Ebenfalls negativ vermerkt Geppert das Fehlen des Resümees in Benders Studie, ein bemerkenswertes Faktum, wo es sich doch um die bearbeitete Version einer Dissertation handeln soll. Im Gegensatz zur Meinung des Rezensenten, wonach "die materialreiche, flüssig geschriebene Untersuchung eine Forschungslücke" schließen würde, kommt der Kommentator eingedenk der erwähnten blinden Flecken zu dem Schluss, dass hier nicht einmal der Stand der Forschung referiert wurde, selbst wenn Benders "Ergebnisse" über das hinausgehen, "was Ulrich Kröll 1973 in der einzigen früheren Monographie zur deutschen Burenbegeisterung herausgefunden hat."

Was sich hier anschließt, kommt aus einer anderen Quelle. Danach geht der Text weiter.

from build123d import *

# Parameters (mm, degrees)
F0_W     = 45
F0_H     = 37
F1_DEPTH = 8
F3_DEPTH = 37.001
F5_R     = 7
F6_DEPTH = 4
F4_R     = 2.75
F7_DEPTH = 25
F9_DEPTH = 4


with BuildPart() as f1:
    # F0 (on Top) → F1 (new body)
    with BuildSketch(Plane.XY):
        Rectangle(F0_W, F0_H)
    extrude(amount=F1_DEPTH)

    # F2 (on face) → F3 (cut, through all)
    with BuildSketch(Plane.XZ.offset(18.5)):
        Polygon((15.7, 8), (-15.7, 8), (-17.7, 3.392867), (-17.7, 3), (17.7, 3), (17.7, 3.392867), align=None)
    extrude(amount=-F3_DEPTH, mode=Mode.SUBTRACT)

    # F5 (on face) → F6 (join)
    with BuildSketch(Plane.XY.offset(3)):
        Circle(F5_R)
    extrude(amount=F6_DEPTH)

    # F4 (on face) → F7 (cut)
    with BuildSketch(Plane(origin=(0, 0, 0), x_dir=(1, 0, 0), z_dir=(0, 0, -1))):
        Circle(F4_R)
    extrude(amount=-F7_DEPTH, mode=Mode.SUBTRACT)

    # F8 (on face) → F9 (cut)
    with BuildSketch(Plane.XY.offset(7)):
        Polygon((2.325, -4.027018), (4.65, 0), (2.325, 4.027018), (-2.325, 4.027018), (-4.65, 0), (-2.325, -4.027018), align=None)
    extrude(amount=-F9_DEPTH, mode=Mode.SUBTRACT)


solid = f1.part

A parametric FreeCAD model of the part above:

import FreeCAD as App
import Part
import Sketcher
Q = App.Units.Quantity


def add_polygon(sketch, points):
    """Adds a closed chain of lines whose ends are joined by coincident constraints."""
    first, n = sketch.GeometryCount, len(points)
    for a, b in zip(points, points[1:] + points[:1]):
        sketch.addGeometry(Part.LineSegment(App.Vector(*a, 0), App.Vector(*b, 0)), False)
    for i in range(n):
        sketch.addConstraint(Sketcher.Constraint("Coincident", first + i, 2, first + (i + 1) % n, 1))

doc = App.newDocument("Part")
body = doc.addObject("PartDesign::Body", "Body")

# Sketch on XY plane
sketch1 = body.newObject("Sketcher::SketchObject", "Sketch")
sketch1.AttachmentSupport = (doc.getObject("XY_Plane"), [""])
sketch1.MapMode = "FlatFace"
add_polygon(sketch1, [(-22, 18), (-22, -18), (22, -18), (22, 18)])  # lines 0-3
sketch1.addConstraint([
    Sketcher.Constraint("Vertical", 0),
    Sketcher.Constraint("Horizontal", 1),
    Sketcher.Constraint("Vertical", 2),
    Sketcher.Constraint("Horizontal", 3),
    Sketcher.Constraint("Symmetric", 0, 2, 2, 2, -1, 1),
    Sketcher.Constraint("DistanceX", 1, 1, 1, 2, 45.0),
    Sketcher.Constraint("DistanceY", 0, 2, 0, 1, 37.0),
])
pad1 = body.newObject("PartDesign::Pad", "Pad")
pad1.Profile = sketch1
pad1.Length = 8

# Sketch on XZ plane
sketch2 = body.newObject("Sketcher::SketchObject", "Sketch001")
sketch2.AttachmentSupport = (doc.getObject("XZ_Plane"), [""])
sketch2.MapMode = "FlatFace"
sketch2.AttachmentOffset = App.Placement(App.Vector(0, 0, 18.5), App.Rotation())
add_polygon(sketch2, [(15.7, 8), (-15.7, 8), (-17.7, 3.39), (-17.7, 3), (17.7, 3), (17.7, 3.39)])  # lines 0-5
sketch2.addConstraint([
    Sketcher.Constraint("Horizontal", 0),
    Sketcher.Constraint("Vertical", 2),
    Sketcher.Constraint("Horizontal", 3),
    Sketcher.Constraint("Vertical", 4),
    Sketcher.Constraint("Symmetric", 1, 2, 4, 2, -2),
    Sketcher.Constraint("Equal", 1, 5),
    Sketcher.Constraint("DistanceX", 0, 2, 0, 1, 31.4),
    Sketcher.Constraint("DistanceX", 3, 1, 3, 2, 35.4),
    Sketcher.Constraint("DistanceY", -1, 1, 0, 2, 8.0),
    Sketcher.Constraint("DistanceY", -1, 1, 2, 2, 3.0),
    Sketcher.Constraint("DistanceY", 2, 2, 2, 1, 0.392867),
])
pocket1 = body.newObject("PartDesign::Pocket", "Pocket")
pocket1.Profile = sketch2
pocket1.Type = "ThroughAll"

# Sketch on XY plane
sketch3 = body.newObject("Sketcher::SketchObject", "Sketch002")
sketch3.AttachmentSupport = (doc.getObject("XY_Plane"), [""])
sketch3.MapMode = "FlatFace"
sketch3.AttachmentOffset = App.Placement(App.Vector(0, 0, 3), App.Rotation())
sketch3.addGeometry(Part.Circle(App.Vector(0, 0, 0), App.Vector(0, 0, 1), 7), False)
sketch3.addConstraint([
    Sketcher.Constraint("Coincident", 0, 3, -1, 1),
    Sketcher.Constraint("Diameter", 0, 14.0),
])
pad2 = body.newObject("PartDesign::Pad", "Pad001")
pad2.Profile = sketch3
pad2.Length = 4

# Sketch on XY plane
sketch4 = body.newObject("Sketcher::SketchObject", "Sketch003")
sketch4.AttachmentSupport = (doc.getObject("XY_Plane"), [""])
sketch4.MapMode = "FlatFace"
sketch4.addGeometry(Part.Circle(App.Vector(0, 0, 0), App.Vector(0, 0, 1), 2.8), False)
sketch4.addConstraint([
    Sketcher.Constraint("Coincident", 0, 3, -1, 1),
    Sketcher.Constraint("Diameter", 0, 5.5),
])
pocket2 = body.newObject("PartDesign::Pocket", "Pocket001")
pocket2.Profile = sketch4
pocket2.Length = 25
pocket2.Reversed = True

# Sketch on XY plane
sketch5 = body.newObject("Sketcher::SketchObject", "Sketch004")
sketch5.AttachmentSupport = (doc.getObject("XY_Plane"), [""])
sketch5.MapMode = "FlatFace"
sketch5.AttachmentOffset = App.Placement(App.Vector(0, 0, 7), App.Rotation())
add_polygon(sketch5, [(2.3, -4), (4.7, 0), (2.3, 4), (-2.3, 4), (-4.7, 0), (-2.3, -4)])  # lines 0-5
sketch5.addConstraint([
    Sketcher.Constraint("Horizontal", 2),
    Sketcher.Constraint("Horizontal", 5),
    Sketcher.Constraint("Symmetric", 0, 2, 3, 2, -1, 1),
    Sketcher.Constraint("Symmetric", 1, 2, 4, 2, -1, 1),
    Sketcher.Constraint("PointOnObject", 0, 2, -1),
    Sketcher.Constraint("Parallel", 0, 3),
    Sketcher.Constraint("Vertical", 2, 2, 4, 2),
    Sketcher.Constraint("Angle", 0, Q("59.999999 deg")),
    Sketcher.Constraint("DistanceX", 2, 2, 2, 1, 4.65),
    Sketcher.Constraint("DistanceX", 3, 2, 0, 2, 9.3),
])
pocket3 = body.newObject("PartDesign::Pocket", "Pocket002")
pocket3.Profile = sketch5
pocket3.Length = 4

doc.recompute()
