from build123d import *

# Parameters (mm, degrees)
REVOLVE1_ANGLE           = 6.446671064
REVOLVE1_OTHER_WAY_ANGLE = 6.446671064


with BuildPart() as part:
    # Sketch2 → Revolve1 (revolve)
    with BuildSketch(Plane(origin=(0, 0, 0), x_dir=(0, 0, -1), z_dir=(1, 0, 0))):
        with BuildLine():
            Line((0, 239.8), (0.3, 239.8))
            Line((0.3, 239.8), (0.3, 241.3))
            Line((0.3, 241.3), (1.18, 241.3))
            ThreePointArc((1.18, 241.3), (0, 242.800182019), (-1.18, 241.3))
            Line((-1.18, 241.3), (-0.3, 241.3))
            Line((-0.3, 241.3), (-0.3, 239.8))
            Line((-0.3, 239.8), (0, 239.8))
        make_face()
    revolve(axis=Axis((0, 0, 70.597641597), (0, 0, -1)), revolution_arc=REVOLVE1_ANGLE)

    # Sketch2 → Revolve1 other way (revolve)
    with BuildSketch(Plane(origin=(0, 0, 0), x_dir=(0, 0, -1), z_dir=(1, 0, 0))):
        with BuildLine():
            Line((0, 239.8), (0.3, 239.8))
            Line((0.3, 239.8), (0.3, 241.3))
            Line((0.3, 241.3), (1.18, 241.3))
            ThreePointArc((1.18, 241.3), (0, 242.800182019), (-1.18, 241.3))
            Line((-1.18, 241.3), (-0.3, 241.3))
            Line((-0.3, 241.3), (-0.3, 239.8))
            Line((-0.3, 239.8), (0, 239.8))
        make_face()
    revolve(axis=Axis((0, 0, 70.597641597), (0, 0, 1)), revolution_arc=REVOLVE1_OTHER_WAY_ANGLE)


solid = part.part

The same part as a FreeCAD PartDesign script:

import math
import FreeCAD as App
import Part
import Sketcher

doc = App.newDocument("Part")
body = doc.addObject("PartDesign::Body", "Body")

sketch1 = body.newObject("Sketcher::SketchObject", "Sketch")
sketch1.AttachmentSupport = (doc.getObject("YZ_Plane"), [""])
sketch1.MapMode = "FlatFace"
sketch1.addGeometry(Part.LineSegment(App.Vector(239.8, -0.3, 0), App.Vector(241.3, -0.3, 0)), False)
sketch1.addGeometry(Part.LineSegment(App.Vector(241.3, -0.3, 0), App.Vector(241.3, -1.18, 0)), False)
sketch1.addGeometry(Part.ArcOfCircle(Part.Circle(App.Vector(241.586014, 0, 0), App.Vector(0, 0, 1), 1.214168), math.radians(-103.624857), math.radians(103.624857)), False)
sketch1.addGeometry(Part.LineSegment(App.Vector(241.3, 1.18, 0), App.Vector(241.3, 0.3, 0)), False)
sketch1.addGeometry(Part.LineSegment(App.Vector(241.3, 0.3, 0), App.Vector(239.8, 0.3, 0)), False)
sketch1.addGeometry(Part.LineSegment(App.Vector(239.8, 0.3, 0), App.Vector(239.8, -0.3, 0)), False)
sketch1.addConstraint(Sketcher.Constraint("Coincident", 0, 2, 1, 1))
sketch1.addConstraint(Sketcher.Constraint("Coincident", 1, 2, 2, 1))
sketch1.addConstraint(Sketcher.Constraint("Coincident", 2, 2, 3, 1))
sketch1.addConstraint(Sketcher.Constraint("Coincident", 3, 2, 4, 1))
sketch1.addConstraint(Sketcher.Constraint("Coincident", 4, 2, 5, 1))
sketch1.addConstraint(Sketcher.Constraint("Coincident", 5, 2, 0, 1))
sketch1.addConstraint(Sketcher.Constraint("Horizontal", 0))
sketch1.addConstraint(Sketcher.Constraint("Vertical", 1))
sketch1.addConstraint(Sketcher.Constraint("Vertical", 3))
sketch1.addConstraint(Sketcher.Constraint("Horizontal", 4))
sketch1.addConstraint(Sketcher.Constraint("Vertical", 5))
sketch1.addConstraint(Sketcher.Constraint("Symmetric", 1, 2, 2, 2, -1))
sketch1.addConstraint(Sketcher.Constraint("Equal", 1, 3))
sketch1.addConstraint(Sketcher.Constraint("DistanceX", 0, 1, 0, 2, 1.5))
sketch1.addConstraint(Sketcher.Constraint("DistanceY", 5, 2, 5, 1, 0.6))
sketch1.addConstraint(Sketcher.Constraint("DistanceY", 1, 2, 1, 1, 0.88))
sketch1.addConstraint(Sketcher.Constraint("DistanceX", -1, 1, 0, 2, 241.3))
sketch1.addConstraint(Sketcher.Constraint("Radius", 2, 1.214168))
revolution = body.newObject("PartDesign::Revolution", "Revolution")
revolution.Profile = sketch1
revolution.ReferenceAxis = (sketch1, ["V_Axis"])
revolution.Angle = 6.446671
revolution.Reversed = True

sketch2 = body.newObject("Sketcher::SketchObject", "Sketch001")
sketch2.AttachmentSupport = (doc.getObject("YZ_Plane"), [""])
sketch2.MapMode = "FlatFace"
sketch2.addGeometry(Part.LineSegment(App.Vector(239.8, -0.3, 0), App.Vector(241.3, -0.3, 0)), False)
sketch2.addGeometry(Part.LineSegment(App.Vector(241.3, -0.3, 0), App.Vector(241.3, -1.18, 0)), False)
sketch2.addGeometry(Part.ArcOfCircle(Part.Circle(App.Vector(241.586014, 0, 0), App.Vector(0, 0, 1), 1.214168), math.radians(-103.624857), math.radians(103.624857)), False)
sketch2.addGeometry(Part.LineSegment(App.Vector(241.3, 1.18, 0), App.Vector(241.3, 0.3, 0)), False)
sketch2.addGeometry(Part.LineSegment(App.Vector(241.3, 0.3, 0), App.Vector(239.8, 0.3, 0)), False)
sketch2.addGeometry(Part.LineSegment(App.Vector(239.8, 0.3, 0), App.Vector(239.8, -0.3, 0)), False)
sketch2.addConstraint(Sketcher.Constraint("Coincident", 0, 2, 1, 1))
sketch2.addConstraint(Sketcher.Constraint("Coincident", 1, 2, 2, 1))
sketch2.addConstraint(Sketcher.Constraint("Coincident", 2, 2, 3, 1))
sketch2.addConstraint(Sketcher.Constraint("Coincident", 3, 2, 4, 1))
sketch2.addConstraint(Sketcher.Constraint("Coincident", 4, 2, 5, 1))
sketch2.addConstraint(Sketcher.Constraint("Coincident", 5, 2, 0, 1))
sketch2.addConstraint(Sketcher.Constraint("Horizontal", 0))
sketch2.addConstraint(Sketcher.Constraint("Vertical", 1))
sketch2.addConstraint(Sketcher.Constraint("Vertical", 3))
sketch2.addConstraint(Sketcher.Constraint("Horizontal", 4))
sketch2.addConstraint(Sketcher.Constraint("Vertical", 5))
sketch2.addConstraint(Sketcher.Constraint("Symmetric", 1, 2, 2, 2, -1))
sketch2.addConstraint(Sketcher.Constraint("Equal", 1, 3))
sketch2.addConstraint(Sketcher.Constraint("DistanceX", 0, 1, 0, 2, 1.5))
sketch2.addConstraint(Sketcher.Constraint("DistanceY", 5, 2, 5, 1, 0.6))
sketch2.addConstraint(Sketcher.Constraint("DistanceY", 1, 2, 1, 1, 0.88))
sketch2.addConstraint(Sketcher.Constraint("DistanceX", -1, 1, 0, 2, 241.3))
sketch2.addConstraint(Sketcher.Constraint("Radius", 2, 1.214168))
revolution2 = body.newObject("PartDesign::Revolution", "Revolution001")
revolution2.Profile = sketch2
revolution2.ReferenceAxis = (sketch2, ["V_Axis"])
revolution2.Angle = 6.446671

doc.recompute()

Am Ende dieses Kommentars steht nicht die Frage, ob ein Rezensent Bücher eines Verlages besprechen sollte, bei dem er selbst Kunde ist. Wissenschaftliche Autoren haben oft viel weniger Wahlfreiheit als angenommen. Folgendes wäre jedoch zu fragen - und dies gerade weil der Rezensent unterlässt, was jeder kritische Leser anmerken wird: Müssen tatsächlich Themen für Qualifikationsschriften vergeben werden, zu denen (wie im Falle der Arbeit von Gerda Weinhappl) bereits (fast) namensgleiche Arbeiten vorliegen? Wäre eine bessere Arbeit entstanden, wenn die Bemerkungen des Kommentators bereits von den Betreuern der Doktorarbeit gestellt worden wären? Wie kann der Rezensent als ausgewiesener Fachmann für das Thema die genannten Fehler übersehen? Genügt eine Arbeit, die so viele Fragen offen lässt, tatsächlich den Anforderungen, die an der Universität Tübingen für eine Dissertation im Fach Geschichte gestellt werden?

Der Kommentator ist sich bewusst, dass die obigen Bemerkungen bei Rezensent und Autor nur oder sogar mehr als Verdrießlichkeit hervorrufen können. Letzteres ist jedoch in der Wissenschaft keine Position, auf die man sich zurückziehen kann, wenn kritische Fragen geäußert werden (vgl. Zeitschrift für Geschichtswissenschaft 60. Jg. 2012, Heft 5, 472-474).

Anmerkung der Redaktion:
Dominik Geppert hat auf eine Replik verzichtet.
Steffen Bender hat auf eine Stellungnahme verzichtet.